● **About this exercise**: Below are some records. Reproduce them exactly from their first line through the line with "face PLANE(AX(P(80,0,0),D(-1,0,0),D(0,1,0))) rev", inclusive.

::: Input data

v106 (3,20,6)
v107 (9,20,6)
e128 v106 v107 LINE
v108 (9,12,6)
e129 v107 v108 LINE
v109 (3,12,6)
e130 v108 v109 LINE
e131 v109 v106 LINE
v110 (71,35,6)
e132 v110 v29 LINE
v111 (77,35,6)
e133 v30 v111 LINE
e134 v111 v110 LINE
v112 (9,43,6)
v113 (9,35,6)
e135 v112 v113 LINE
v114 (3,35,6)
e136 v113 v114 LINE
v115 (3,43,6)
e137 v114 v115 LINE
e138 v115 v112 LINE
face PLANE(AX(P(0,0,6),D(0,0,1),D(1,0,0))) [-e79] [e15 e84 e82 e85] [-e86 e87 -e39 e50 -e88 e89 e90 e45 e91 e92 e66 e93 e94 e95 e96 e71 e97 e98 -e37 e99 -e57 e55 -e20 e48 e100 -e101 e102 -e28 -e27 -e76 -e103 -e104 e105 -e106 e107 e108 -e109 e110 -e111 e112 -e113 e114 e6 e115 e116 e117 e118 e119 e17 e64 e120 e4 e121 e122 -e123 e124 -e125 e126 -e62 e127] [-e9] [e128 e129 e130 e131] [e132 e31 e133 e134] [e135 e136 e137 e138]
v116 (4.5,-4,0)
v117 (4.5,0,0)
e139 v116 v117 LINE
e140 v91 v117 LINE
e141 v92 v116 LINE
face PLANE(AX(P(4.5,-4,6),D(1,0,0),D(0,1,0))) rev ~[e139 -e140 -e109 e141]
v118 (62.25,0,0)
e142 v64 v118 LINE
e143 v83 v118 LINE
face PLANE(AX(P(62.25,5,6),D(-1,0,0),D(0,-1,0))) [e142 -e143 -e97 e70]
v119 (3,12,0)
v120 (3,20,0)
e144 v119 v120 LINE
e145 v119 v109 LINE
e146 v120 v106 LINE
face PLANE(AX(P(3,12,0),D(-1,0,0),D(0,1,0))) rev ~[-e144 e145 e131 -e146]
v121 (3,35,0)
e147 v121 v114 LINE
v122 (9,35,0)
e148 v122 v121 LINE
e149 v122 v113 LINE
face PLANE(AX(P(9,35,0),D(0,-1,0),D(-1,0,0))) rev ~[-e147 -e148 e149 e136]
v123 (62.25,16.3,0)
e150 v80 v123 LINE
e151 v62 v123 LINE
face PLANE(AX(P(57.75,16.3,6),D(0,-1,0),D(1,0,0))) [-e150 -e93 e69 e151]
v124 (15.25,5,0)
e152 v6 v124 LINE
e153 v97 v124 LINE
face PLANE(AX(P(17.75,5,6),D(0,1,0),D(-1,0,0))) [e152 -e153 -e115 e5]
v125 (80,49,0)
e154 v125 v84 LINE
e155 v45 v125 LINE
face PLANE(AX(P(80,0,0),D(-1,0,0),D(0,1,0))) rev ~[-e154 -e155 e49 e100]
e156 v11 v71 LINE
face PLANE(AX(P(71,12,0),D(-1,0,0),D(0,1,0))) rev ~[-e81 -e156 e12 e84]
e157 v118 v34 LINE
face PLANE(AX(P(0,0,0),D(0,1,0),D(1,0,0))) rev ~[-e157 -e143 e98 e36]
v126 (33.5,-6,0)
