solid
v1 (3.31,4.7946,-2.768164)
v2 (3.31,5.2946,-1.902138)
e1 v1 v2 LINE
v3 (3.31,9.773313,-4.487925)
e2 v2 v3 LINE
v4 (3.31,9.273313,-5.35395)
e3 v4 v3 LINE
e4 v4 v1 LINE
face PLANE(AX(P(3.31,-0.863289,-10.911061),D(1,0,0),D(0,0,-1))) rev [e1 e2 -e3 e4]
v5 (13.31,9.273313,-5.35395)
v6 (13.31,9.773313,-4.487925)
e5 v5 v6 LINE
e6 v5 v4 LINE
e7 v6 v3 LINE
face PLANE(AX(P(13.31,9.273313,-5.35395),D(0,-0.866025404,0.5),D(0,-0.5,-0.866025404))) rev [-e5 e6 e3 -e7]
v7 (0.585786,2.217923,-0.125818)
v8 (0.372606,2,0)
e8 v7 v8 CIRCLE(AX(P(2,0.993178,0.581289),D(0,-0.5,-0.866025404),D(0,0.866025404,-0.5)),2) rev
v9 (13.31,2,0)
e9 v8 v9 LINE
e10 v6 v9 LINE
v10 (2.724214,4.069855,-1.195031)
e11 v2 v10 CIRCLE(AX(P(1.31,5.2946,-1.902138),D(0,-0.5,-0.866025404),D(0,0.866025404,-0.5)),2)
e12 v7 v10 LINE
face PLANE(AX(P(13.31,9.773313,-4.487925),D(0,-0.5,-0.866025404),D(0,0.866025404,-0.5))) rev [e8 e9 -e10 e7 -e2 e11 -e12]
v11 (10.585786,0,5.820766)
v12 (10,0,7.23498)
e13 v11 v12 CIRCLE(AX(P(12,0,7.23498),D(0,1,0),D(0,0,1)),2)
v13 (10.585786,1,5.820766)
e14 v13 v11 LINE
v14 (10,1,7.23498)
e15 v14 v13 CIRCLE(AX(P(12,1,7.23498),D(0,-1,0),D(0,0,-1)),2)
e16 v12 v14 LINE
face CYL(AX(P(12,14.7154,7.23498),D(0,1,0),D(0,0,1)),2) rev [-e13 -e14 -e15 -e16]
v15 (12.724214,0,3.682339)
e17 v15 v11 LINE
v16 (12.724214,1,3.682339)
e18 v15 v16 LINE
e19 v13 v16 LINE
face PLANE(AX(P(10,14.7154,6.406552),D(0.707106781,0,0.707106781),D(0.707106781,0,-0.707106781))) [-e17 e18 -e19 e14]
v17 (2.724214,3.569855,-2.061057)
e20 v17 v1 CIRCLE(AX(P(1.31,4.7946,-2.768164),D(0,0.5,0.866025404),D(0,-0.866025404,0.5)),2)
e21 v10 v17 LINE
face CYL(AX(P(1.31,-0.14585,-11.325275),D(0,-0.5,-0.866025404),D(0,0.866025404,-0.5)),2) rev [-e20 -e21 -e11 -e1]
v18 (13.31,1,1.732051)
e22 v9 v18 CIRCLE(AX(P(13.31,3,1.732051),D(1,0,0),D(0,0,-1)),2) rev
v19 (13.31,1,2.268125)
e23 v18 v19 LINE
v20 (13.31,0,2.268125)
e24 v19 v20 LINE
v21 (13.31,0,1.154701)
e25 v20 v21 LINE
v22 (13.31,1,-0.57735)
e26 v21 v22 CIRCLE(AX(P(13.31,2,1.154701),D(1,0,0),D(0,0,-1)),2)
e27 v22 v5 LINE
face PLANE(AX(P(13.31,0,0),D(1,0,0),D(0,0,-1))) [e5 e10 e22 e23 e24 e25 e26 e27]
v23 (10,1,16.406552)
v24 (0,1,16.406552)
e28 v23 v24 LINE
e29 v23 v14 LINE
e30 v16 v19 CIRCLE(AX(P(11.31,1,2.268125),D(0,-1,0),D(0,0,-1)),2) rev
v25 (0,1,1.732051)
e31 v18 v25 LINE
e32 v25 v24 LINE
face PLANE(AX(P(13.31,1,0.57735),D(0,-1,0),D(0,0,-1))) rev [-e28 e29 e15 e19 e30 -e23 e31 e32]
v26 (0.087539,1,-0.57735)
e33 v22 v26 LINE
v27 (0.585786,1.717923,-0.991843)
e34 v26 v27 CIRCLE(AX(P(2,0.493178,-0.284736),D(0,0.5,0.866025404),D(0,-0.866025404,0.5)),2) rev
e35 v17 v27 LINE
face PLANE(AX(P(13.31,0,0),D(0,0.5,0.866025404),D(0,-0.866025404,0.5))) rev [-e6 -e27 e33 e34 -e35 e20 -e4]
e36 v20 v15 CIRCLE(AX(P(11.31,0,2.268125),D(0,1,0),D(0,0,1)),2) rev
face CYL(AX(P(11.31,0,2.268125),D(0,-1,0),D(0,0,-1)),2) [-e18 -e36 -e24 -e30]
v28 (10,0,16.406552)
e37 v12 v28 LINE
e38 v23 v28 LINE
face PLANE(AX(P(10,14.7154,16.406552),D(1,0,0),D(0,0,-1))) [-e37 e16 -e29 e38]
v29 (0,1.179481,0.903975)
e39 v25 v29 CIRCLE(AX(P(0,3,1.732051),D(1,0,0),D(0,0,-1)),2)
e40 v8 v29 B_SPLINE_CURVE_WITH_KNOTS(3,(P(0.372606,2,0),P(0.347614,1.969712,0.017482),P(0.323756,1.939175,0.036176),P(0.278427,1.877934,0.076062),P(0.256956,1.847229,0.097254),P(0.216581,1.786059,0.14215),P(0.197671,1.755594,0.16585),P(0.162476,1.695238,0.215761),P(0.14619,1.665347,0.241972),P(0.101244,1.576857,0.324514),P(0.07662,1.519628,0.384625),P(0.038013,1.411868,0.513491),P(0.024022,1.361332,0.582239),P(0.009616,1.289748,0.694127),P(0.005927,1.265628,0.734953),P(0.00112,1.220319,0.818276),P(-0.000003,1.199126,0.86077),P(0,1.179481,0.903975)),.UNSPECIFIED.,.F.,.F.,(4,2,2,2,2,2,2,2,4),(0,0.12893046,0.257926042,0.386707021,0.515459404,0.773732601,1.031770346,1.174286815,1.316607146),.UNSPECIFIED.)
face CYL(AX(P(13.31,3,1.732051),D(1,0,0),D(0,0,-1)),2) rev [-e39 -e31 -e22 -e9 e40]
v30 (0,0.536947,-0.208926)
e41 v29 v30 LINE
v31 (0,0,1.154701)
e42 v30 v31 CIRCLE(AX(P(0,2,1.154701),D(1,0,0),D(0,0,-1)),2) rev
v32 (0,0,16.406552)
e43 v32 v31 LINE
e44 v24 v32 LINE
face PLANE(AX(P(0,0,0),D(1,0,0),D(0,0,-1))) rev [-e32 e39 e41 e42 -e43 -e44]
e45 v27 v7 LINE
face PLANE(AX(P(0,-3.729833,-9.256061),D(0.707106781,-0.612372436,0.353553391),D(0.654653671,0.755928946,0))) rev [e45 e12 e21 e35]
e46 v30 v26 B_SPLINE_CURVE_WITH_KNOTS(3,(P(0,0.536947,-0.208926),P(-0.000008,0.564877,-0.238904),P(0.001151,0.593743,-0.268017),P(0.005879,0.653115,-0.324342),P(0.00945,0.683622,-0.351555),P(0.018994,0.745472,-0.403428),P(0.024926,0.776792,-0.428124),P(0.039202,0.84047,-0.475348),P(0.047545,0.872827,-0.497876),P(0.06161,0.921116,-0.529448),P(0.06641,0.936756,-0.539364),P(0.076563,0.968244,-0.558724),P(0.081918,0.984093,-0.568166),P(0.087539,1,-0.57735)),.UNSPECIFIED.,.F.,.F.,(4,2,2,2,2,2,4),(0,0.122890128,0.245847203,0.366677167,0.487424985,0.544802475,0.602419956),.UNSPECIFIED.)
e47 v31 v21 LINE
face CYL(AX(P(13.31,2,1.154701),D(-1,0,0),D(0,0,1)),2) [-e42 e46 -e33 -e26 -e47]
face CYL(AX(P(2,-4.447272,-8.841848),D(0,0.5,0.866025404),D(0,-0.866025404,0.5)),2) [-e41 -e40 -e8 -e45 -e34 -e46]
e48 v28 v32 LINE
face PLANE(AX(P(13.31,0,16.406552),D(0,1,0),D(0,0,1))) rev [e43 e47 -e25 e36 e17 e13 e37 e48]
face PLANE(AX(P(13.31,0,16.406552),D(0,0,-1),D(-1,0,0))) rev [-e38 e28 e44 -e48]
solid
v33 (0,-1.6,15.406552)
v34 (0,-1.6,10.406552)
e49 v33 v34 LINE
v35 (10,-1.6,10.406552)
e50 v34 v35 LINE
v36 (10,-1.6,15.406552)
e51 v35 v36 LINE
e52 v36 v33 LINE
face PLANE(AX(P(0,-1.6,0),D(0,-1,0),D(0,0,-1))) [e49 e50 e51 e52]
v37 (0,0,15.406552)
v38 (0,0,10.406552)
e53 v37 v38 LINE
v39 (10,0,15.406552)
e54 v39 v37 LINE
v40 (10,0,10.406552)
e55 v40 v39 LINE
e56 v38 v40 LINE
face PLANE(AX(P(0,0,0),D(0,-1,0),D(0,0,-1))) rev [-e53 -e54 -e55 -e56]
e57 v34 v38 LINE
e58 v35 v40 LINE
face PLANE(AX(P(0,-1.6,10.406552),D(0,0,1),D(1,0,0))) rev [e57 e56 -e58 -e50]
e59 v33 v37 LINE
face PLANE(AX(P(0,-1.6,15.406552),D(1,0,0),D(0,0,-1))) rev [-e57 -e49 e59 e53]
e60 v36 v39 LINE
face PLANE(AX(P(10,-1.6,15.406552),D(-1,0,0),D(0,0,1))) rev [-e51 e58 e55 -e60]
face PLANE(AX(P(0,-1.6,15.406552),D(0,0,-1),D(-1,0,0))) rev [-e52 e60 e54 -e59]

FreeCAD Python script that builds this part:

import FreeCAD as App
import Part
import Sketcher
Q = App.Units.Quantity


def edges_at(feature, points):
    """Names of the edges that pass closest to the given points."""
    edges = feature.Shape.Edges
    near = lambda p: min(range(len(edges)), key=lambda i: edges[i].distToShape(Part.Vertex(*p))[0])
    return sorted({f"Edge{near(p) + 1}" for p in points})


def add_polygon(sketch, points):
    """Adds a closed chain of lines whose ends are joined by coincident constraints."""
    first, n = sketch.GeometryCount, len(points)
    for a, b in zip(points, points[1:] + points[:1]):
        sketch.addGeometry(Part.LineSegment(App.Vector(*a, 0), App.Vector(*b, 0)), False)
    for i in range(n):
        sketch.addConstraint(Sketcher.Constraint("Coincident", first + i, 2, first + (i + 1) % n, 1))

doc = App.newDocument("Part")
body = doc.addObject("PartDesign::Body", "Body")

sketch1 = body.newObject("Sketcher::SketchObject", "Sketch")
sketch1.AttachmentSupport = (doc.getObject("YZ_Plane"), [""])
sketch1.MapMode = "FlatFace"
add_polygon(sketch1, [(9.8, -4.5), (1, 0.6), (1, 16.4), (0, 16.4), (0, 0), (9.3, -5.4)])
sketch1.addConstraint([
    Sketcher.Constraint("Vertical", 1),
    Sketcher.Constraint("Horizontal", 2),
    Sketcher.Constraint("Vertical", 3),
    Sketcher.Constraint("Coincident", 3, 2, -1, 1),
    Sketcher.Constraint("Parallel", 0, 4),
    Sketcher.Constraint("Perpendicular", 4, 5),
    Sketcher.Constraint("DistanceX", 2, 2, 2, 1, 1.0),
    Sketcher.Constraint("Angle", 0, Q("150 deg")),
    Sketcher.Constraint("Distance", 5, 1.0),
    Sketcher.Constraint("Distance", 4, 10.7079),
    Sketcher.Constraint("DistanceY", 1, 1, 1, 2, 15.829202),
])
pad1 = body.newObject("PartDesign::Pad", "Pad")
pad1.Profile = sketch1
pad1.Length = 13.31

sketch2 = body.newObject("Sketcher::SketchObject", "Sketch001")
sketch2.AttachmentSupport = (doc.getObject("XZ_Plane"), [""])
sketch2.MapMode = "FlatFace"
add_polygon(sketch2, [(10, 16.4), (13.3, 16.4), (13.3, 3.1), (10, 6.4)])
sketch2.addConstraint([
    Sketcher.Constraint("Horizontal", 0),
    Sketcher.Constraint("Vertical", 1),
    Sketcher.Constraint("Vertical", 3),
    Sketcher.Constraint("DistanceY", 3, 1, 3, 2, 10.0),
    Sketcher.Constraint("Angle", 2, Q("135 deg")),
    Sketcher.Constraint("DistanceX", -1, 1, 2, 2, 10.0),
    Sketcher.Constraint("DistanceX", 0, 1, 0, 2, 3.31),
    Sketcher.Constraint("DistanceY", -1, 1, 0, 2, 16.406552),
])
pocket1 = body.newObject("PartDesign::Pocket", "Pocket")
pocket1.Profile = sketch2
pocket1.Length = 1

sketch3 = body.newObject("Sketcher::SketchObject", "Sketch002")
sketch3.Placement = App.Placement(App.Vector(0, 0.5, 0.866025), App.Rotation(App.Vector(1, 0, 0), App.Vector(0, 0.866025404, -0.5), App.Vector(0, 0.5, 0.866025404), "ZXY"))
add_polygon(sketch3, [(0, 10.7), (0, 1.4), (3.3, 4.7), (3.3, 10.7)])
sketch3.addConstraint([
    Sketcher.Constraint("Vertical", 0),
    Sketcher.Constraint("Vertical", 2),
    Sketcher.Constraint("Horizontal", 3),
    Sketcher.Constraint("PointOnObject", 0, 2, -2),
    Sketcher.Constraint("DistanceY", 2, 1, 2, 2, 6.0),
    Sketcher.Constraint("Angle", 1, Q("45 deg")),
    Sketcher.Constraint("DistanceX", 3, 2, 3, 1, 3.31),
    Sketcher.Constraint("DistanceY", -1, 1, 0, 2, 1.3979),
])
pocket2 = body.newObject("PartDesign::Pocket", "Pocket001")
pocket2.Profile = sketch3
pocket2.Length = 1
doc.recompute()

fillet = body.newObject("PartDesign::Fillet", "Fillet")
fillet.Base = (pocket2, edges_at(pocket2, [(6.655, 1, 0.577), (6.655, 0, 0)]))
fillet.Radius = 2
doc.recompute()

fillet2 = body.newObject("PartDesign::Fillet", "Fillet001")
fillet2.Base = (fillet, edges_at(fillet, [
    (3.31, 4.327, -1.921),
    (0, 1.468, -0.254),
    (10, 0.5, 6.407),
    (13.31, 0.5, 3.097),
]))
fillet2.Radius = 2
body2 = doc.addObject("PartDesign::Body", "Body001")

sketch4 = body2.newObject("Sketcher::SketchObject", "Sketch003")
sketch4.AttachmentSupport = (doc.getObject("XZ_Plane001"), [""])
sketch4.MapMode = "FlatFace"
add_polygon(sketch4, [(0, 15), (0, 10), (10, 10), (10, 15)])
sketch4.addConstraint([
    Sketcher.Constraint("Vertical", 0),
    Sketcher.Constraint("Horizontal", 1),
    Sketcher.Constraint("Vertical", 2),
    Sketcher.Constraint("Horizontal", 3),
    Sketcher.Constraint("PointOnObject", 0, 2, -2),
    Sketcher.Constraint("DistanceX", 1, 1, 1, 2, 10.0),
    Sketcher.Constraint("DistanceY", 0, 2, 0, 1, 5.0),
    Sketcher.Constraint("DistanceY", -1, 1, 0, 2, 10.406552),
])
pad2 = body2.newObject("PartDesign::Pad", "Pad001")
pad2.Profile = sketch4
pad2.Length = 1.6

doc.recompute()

::::::

● **The completed task**:
v106 (3,20,6)
v107 (9,20,6)
e128 v106 v107 LINE
v108 (9,12,6)
e129 v107 v108 LINE
v109 (3,12,6)
e130 v108 v109 LINE
e131 v109 v106 LINE
v110 (71,35,6)
e132 v110 v29 LINE
v111 (77,35,6)
e133 v30 v111 LINE
e134 v111 v110 LINE
v112 (9,43,6)
v113 (9,35,6)
e135 v112 v113 LINE
v114 (3,35,6)
e136 v113 v114 LINE
v115 (3,43,6)
e137 v114 v115 LINE
e138 v115 v112 LINE
face PLANE(AX(P(0,0,6),D(0,0,1),D(1,0,0))) [-e79] [e15 e84 e82 e85] [-e86 e87 -e39 e50 -e88 e89 e90 e45 e91 e92 e66 e93 e94 e95 e96 e71 e97 e98 -e37 e99 -e57 e55 -e20 e48 e100 -e101 e102 -e28 -e27 -e76 -e103 -e104 e105 -e106 e107 e108 -e109 e110 -e111 e112 -e113 e114 e6 e115 e116 e117 e118 e119 e17 e64 e120 e4 e121 e122 -e123 e124 -e125 e126 -e62 e127] [-e9] [e128 e129 e130 e131] [e132 e31 e133 e134] [e135 e136 e137 e138]
v116 (4.5,-4,0)
v117 (4.5,0,0)
e139 v116 v117 LINE
e140 v91 v117 LINE
e141 v92 v116 LINE
face PLANE(AX(P(4.5,-4,6),D(1,0,0),D(0,1,0))) rev ~[e139 -e140 -e109 e141]
v118 (62.25,0,0)
e142 v64 v118 LINE
e143 v83 v118 LINE
face PLANE(AX(P(62.25,5,6),D(-1,0,0),D(0,-1,0))) [e142 -e143 -e97 e70]
v119 (3,12,0)
v120 (3,20,0)
e144 v119 v120 LINE
e145 v119 v109 LINE
e146 v120 v106 LINE
face PLANE(AX(P(3,12,0),D(-1,0,0),D(0,1,0))) rev ~[-e144 e145 e131 -e146]
v121 (3,35,0)
e147 v121 v114 LINE
v122 (9,35,0)
e148 v122 v121 LINE
e149 v122 v113 LINE
face PLANE(AX(P(9,35,0),D(0,-1,0),D(-1,0,0))) rev ~[-e147 -e148 e149 e136]
v123 (62.25,16.3,0)
e150 v80 v123 LINE
e151 v62 v123 LINE
face PLANE(AX(P(57.75,16.3,6),D(0,-1,0),D(1,0,0))) [-e150 -e93 e69 e151]
v124 (15.25,5,0)
e152 v6 v124 LINE
e153 v97 v124 LINE
face PLANE(AX(P(17.75,5,6),D(0,1,0),D(-1,0,0))) [e152 -e153 -e115 e5]
v125 (80,49,0)
e154 v125 v84 LINE
e155 v45 v125 LINE
face PLANE(AX(P(80,0,0),D(-1,0,0),D(0,1,0))) rev ~[-e154 -e155 e49 e100]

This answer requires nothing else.